I know we’ve been talking about the tax rate like it’s the only thing that affects the economy, but the truth is that housing has led every recovery in the last 50 years, and there’s absolutely no sign that the market will pick up or that we’ve even begun to arrest the foreclosure problem. The Congressional Oversight Panel’s latest report on HAMP is depressing in this regard.

HAMP is basically flailing. The report claims that 700,000 families will ultimately be helped by TARP, but that’s undercut by a 21% first-year redefault rate for the program. HAMP allows the lender to basically set the terms of the deal, and as a result the “permanent” modifications are generally 5-year payment reduction programs that reduce the interest rate slightly. Almost never do the banks engage in the kind of principal reductions that would give the borrower a fighting chance to stay in the home over the long-term. This would still be a good deal for the mortgage holder, since the other option would be a foreclosure sale at a much lower price.

But as we’ve discussed, the loan servicers managing the modifications have substantial incentives to foreclose instead of modify. They simply make more money off of a foreclosed borrower than they do with the puny incentive payments handed out by the Treasury Department for modification. This simple truth means that the design of the system is flawed. Over the next several months, we’re likely to see more borrowers drop out of the system, even out of permanent modifications, than borrowers who get approved for one (borrowers, owing to word of mouth I suspect, have stopped even trying for a HAMP modification). And it’s only going to get worse at the end because, instead of reducing principal, HAMP modifications typically have balloon payments and multi-point interest rate increases on the back end. Even if struggling borrowers make it through the five-year period, they’re going to be in basically the same position on the other side, absent a change in their financial situation. Adam Levitin believes that by the end, only 100,000 or so borrowers will save their homes through HAMP.

That’s a stunning failure in the face of a foreclosure crisis with millions of homes entering the default stage over the next year or two. And I’m not even getting into the clear failures of HAMP in wrecking credit scores, turning good borrowers into foreclosure victims, preying on borrowers with hidden fees and demand letters, etc. Treasury could at least stop this rampant abuse of their program, but to date they have not sanctioned any servicer for misdeeds with HAMP. They’re afraid the servicer would drop out of the program, and so this fear of the banks has stifled any regulation or oversight. Levitin argues that Treasury needs to shut down the program, and since they statutorily cannot restructure it in a major way (the deadline was October 3), I have to agree:

Is HAMP a worthwhile program?

It’s hard to say that it is. HAMP will help some homeowners keep their homes and avoid foreclosure. That’s always a good thing, even if it helps only say 100k homeowners in the end, instead of 4M. And HAMP has had some benefits in terms of creating standards for non-HAMP modifications. But some of the homeowners who keep their homes with a HAMP modification might have been able to keep those homes without HAMP through a proprietary modification that wasn’t subsidized with taxpayer dollars.

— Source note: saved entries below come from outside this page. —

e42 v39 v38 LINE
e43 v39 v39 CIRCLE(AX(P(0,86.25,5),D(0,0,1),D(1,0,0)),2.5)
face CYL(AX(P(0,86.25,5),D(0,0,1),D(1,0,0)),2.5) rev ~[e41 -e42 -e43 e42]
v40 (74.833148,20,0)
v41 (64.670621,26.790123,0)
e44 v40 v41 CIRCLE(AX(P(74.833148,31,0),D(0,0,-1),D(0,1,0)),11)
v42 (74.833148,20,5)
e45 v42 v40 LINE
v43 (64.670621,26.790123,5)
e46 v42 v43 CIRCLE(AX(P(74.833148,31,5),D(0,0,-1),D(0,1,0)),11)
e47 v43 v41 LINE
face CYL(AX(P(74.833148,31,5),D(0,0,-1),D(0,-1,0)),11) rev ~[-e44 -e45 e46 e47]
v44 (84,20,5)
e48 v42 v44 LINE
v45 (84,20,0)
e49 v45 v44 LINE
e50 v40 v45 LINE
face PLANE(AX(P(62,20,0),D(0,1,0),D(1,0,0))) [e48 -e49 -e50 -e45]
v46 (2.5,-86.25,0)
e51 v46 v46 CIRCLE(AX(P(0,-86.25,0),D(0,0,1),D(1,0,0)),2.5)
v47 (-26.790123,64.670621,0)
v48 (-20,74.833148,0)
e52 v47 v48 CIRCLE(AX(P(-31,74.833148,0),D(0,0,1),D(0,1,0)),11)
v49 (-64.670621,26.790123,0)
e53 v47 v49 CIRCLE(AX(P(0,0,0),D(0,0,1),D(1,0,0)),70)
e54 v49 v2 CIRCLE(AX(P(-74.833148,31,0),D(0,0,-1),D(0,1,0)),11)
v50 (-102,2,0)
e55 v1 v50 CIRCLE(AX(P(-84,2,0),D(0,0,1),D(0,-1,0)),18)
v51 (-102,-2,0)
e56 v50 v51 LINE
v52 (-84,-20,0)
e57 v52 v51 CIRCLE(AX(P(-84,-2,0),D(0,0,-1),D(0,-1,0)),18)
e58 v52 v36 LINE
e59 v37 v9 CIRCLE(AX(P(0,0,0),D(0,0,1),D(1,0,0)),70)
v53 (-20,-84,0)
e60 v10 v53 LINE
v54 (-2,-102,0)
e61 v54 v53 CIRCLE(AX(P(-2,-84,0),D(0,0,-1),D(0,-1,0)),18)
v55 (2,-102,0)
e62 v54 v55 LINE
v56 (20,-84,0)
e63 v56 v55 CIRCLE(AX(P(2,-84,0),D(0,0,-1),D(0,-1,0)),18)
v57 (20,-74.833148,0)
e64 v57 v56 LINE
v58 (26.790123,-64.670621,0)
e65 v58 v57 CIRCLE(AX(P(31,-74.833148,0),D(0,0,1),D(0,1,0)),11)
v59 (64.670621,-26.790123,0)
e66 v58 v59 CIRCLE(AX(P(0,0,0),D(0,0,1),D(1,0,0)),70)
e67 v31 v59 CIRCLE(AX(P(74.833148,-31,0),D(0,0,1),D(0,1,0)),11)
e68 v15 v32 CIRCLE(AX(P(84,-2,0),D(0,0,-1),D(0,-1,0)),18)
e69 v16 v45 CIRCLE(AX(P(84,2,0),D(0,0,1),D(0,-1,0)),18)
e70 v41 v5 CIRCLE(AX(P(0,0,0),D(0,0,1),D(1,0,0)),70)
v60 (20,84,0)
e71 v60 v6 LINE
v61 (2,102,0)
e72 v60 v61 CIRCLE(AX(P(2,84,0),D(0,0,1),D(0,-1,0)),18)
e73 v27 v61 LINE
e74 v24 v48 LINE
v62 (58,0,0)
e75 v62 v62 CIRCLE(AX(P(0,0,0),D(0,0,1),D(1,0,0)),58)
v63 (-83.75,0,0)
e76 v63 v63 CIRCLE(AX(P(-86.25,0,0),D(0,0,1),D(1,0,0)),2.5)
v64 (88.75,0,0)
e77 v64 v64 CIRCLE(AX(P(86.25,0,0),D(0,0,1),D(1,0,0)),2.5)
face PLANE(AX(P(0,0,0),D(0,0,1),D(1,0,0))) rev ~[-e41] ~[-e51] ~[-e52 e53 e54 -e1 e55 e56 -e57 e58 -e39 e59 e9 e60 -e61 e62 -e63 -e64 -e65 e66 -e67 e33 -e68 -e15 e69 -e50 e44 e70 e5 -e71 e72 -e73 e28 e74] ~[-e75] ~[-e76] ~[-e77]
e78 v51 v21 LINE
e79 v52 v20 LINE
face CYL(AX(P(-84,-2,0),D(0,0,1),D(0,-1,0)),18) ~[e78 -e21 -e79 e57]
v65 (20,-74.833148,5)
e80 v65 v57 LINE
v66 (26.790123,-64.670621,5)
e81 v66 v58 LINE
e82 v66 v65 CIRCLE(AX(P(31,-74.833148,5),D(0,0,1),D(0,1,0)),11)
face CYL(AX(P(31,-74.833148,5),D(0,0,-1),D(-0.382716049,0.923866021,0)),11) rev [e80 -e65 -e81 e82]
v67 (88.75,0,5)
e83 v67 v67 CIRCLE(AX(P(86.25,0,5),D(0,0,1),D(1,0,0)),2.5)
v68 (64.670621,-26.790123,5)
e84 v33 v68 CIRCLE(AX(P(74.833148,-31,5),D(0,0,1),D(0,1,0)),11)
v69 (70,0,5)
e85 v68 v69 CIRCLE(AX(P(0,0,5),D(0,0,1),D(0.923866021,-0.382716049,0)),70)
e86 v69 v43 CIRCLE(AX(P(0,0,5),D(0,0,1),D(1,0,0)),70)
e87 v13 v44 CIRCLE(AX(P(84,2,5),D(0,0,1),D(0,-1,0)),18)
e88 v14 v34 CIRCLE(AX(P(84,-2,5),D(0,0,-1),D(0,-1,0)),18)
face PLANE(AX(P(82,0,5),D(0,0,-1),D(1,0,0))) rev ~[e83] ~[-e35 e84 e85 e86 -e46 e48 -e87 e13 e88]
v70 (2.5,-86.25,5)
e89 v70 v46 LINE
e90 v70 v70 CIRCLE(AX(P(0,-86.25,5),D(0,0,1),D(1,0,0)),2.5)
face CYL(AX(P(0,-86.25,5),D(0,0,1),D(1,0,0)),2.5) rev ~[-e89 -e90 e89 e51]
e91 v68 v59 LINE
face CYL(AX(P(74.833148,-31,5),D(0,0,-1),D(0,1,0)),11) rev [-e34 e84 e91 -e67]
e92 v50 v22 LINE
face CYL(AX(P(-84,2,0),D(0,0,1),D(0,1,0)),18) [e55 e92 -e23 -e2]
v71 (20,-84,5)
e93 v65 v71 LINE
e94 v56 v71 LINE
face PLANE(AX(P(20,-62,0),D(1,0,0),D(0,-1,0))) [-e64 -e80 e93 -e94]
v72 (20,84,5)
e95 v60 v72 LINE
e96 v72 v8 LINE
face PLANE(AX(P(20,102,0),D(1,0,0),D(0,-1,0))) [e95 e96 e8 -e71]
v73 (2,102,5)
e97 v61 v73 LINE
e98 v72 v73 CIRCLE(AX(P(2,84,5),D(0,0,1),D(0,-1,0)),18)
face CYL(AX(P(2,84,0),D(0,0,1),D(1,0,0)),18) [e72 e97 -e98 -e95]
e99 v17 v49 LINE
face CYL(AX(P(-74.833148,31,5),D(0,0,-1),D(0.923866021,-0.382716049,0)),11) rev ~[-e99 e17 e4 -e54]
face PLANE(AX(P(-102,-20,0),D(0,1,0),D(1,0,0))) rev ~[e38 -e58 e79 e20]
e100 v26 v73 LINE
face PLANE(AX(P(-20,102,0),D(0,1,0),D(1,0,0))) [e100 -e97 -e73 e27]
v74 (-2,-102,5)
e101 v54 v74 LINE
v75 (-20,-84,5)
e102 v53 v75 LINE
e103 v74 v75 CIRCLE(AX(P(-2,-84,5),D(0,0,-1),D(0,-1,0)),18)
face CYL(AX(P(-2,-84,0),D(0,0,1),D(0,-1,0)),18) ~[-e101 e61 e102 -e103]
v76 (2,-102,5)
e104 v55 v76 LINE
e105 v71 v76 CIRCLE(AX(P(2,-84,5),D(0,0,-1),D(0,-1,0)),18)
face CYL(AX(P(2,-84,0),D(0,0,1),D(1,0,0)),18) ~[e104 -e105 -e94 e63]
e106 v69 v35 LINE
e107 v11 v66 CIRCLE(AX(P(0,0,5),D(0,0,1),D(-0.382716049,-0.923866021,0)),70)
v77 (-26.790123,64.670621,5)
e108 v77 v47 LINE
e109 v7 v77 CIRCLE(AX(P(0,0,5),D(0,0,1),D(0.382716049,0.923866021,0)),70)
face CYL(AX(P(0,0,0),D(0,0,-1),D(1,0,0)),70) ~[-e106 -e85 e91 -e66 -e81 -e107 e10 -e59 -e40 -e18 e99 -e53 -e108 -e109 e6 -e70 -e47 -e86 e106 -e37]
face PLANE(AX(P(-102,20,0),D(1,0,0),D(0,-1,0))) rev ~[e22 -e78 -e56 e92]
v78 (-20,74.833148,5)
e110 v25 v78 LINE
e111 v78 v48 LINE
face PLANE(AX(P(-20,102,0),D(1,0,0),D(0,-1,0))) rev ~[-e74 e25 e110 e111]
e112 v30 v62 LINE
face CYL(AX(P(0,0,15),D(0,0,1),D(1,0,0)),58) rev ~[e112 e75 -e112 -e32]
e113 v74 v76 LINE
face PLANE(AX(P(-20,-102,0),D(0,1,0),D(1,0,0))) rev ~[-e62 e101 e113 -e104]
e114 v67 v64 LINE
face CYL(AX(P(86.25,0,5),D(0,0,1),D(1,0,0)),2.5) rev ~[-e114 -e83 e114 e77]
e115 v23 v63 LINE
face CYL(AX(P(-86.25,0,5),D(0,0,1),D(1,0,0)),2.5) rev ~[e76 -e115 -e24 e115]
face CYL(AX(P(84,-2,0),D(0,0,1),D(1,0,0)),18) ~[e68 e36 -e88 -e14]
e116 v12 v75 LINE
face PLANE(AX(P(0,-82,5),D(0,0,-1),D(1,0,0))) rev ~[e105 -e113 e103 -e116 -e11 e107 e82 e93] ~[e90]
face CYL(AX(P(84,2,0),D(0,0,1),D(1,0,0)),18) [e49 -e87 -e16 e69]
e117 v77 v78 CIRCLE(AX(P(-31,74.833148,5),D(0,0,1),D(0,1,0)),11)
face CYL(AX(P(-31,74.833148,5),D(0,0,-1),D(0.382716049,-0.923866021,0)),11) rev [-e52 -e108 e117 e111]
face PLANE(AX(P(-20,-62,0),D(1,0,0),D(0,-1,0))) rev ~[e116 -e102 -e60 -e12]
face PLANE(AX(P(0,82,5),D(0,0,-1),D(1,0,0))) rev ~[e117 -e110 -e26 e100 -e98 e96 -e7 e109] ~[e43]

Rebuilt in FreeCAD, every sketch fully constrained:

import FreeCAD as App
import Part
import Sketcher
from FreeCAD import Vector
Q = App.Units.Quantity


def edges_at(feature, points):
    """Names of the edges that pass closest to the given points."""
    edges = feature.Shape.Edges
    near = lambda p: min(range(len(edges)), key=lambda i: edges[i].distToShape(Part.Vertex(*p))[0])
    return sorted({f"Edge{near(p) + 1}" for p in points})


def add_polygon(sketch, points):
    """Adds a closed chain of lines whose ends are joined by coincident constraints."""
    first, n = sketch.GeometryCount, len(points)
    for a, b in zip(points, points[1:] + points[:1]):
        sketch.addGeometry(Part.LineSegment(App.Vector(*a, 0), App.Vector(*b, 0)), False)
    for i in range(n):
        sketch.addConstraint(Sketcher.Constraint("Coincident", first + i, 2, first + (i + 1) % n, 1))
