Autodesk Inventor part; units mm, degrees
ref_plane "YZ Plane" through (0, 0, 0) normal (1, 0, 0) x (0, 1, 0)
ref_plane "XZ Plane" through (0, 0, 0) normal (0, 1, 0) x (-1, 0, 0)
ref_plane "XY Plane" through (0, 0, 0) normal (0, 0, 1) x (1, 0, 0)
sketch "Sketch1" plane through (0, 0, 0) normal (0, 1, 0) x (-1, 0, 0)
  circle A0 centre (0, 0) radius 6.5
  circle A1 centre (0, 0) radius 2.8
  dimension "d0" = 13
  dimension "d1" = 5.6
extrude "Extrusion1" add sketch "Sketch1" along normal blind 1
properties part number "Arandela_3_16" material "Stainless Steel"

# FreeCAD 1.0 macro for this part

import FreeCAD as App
import Part
import Sketcher
from FreeCAD import Vector
Q = App.Units.Quantity

doc = App.newDocument("Part")
body = doc.addObject("PartDesign::Body", "Body")

sketch1 = body.newObject("Sketcher::SketchObject", "Sketch")
sketch1.AttachmentSupport = (doc.getObject("XZ_Plane"), [""])
sketch1.MapMode = "FlatFace"
sketch1.addGeometry(Part.Circle(Vector(0, 0, 0), Vector(0, 0, 1), 6.5), False)
sketch1.addGeometry(Part.Circle(Vector(0, 0, 0), Vector(0, 0, 1), 2.8), False)
sketch1.addConstraint(Sketcher.Constraint("Coincident", 0, 3, -1, 1))
sketch1.addConstraint(Sketcher.Constraint("Coincident", 1, 3, -1, 1))
sketch1.addConstraint(Sketcher.Constraint("Diameter", 0, Q("13 mm")))
sketch1.addConstraint(Sketcher.Constraint("Diameter", 1, Q("5.6 mm")))
pad1 = body.newObject("PartDesign::Pad", "Pad")
pad1.Profile = sketch1
pad1.Length = 1
pad1.Reversed = True

doc.recompute()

Ultimately, the message to take away from HAMP is that the Obama administration just isn’t serious about helping homeowners. The plight of distressed homeowners’ is subsidiary to protecting the banks from having to take serious write-downs. There’s plenty to say about the politics of that decision, but from an economics perspective, I just think it’s short-sighted. The economy will not see a robust recovery until there is serious consumer deleveraging and a stabilization of the housing market. Those two problems go hand in hand, given that mortgage debt is the biggest chunk of consumer leverage. And there really isn’t any way to deleverage consumers without there being losses for the financial sector.

Levitin points to a figure in the report showing the percentage of Tier 1 capital the big banks have tied up in second liens. It’s incredible, (BoA: 83%; JPM: 78%; Citi: 41%; Wells: 116%) and it suggests that if the banks did anything serious about the housing problem, they would be insolvent. This is reflected in the blocking of modifications on first mortgages where one of the banks has an interest in the second lien. So we’re just going to muddle through, and HAMP will just remain an extend and pretend scheme that has real consequences for borrowers.

Given that HAMP is predicted to only pay out $4 billion in incentive payments – out of a $75 billion commitment between Treasury and the GSEs – the only thing it bought is time for the banks. But that won’t even work out for them. The market is losing steam, prices continue to drop, and the servicer strategy of foreclosing on everybody will soon meet the limits of success.

More from Yves Smith.

…Yes, Treasury could simply shift the money allocated for to other programs, and actually they’ve done that in part. But recall that Treasury refuses to allow the Hardest Hit Fund grants to go to legal services for foreclosure victims in the states, something in dire need so borrowers have adequate representation. They’re trying at every turn to make these programs ineffective.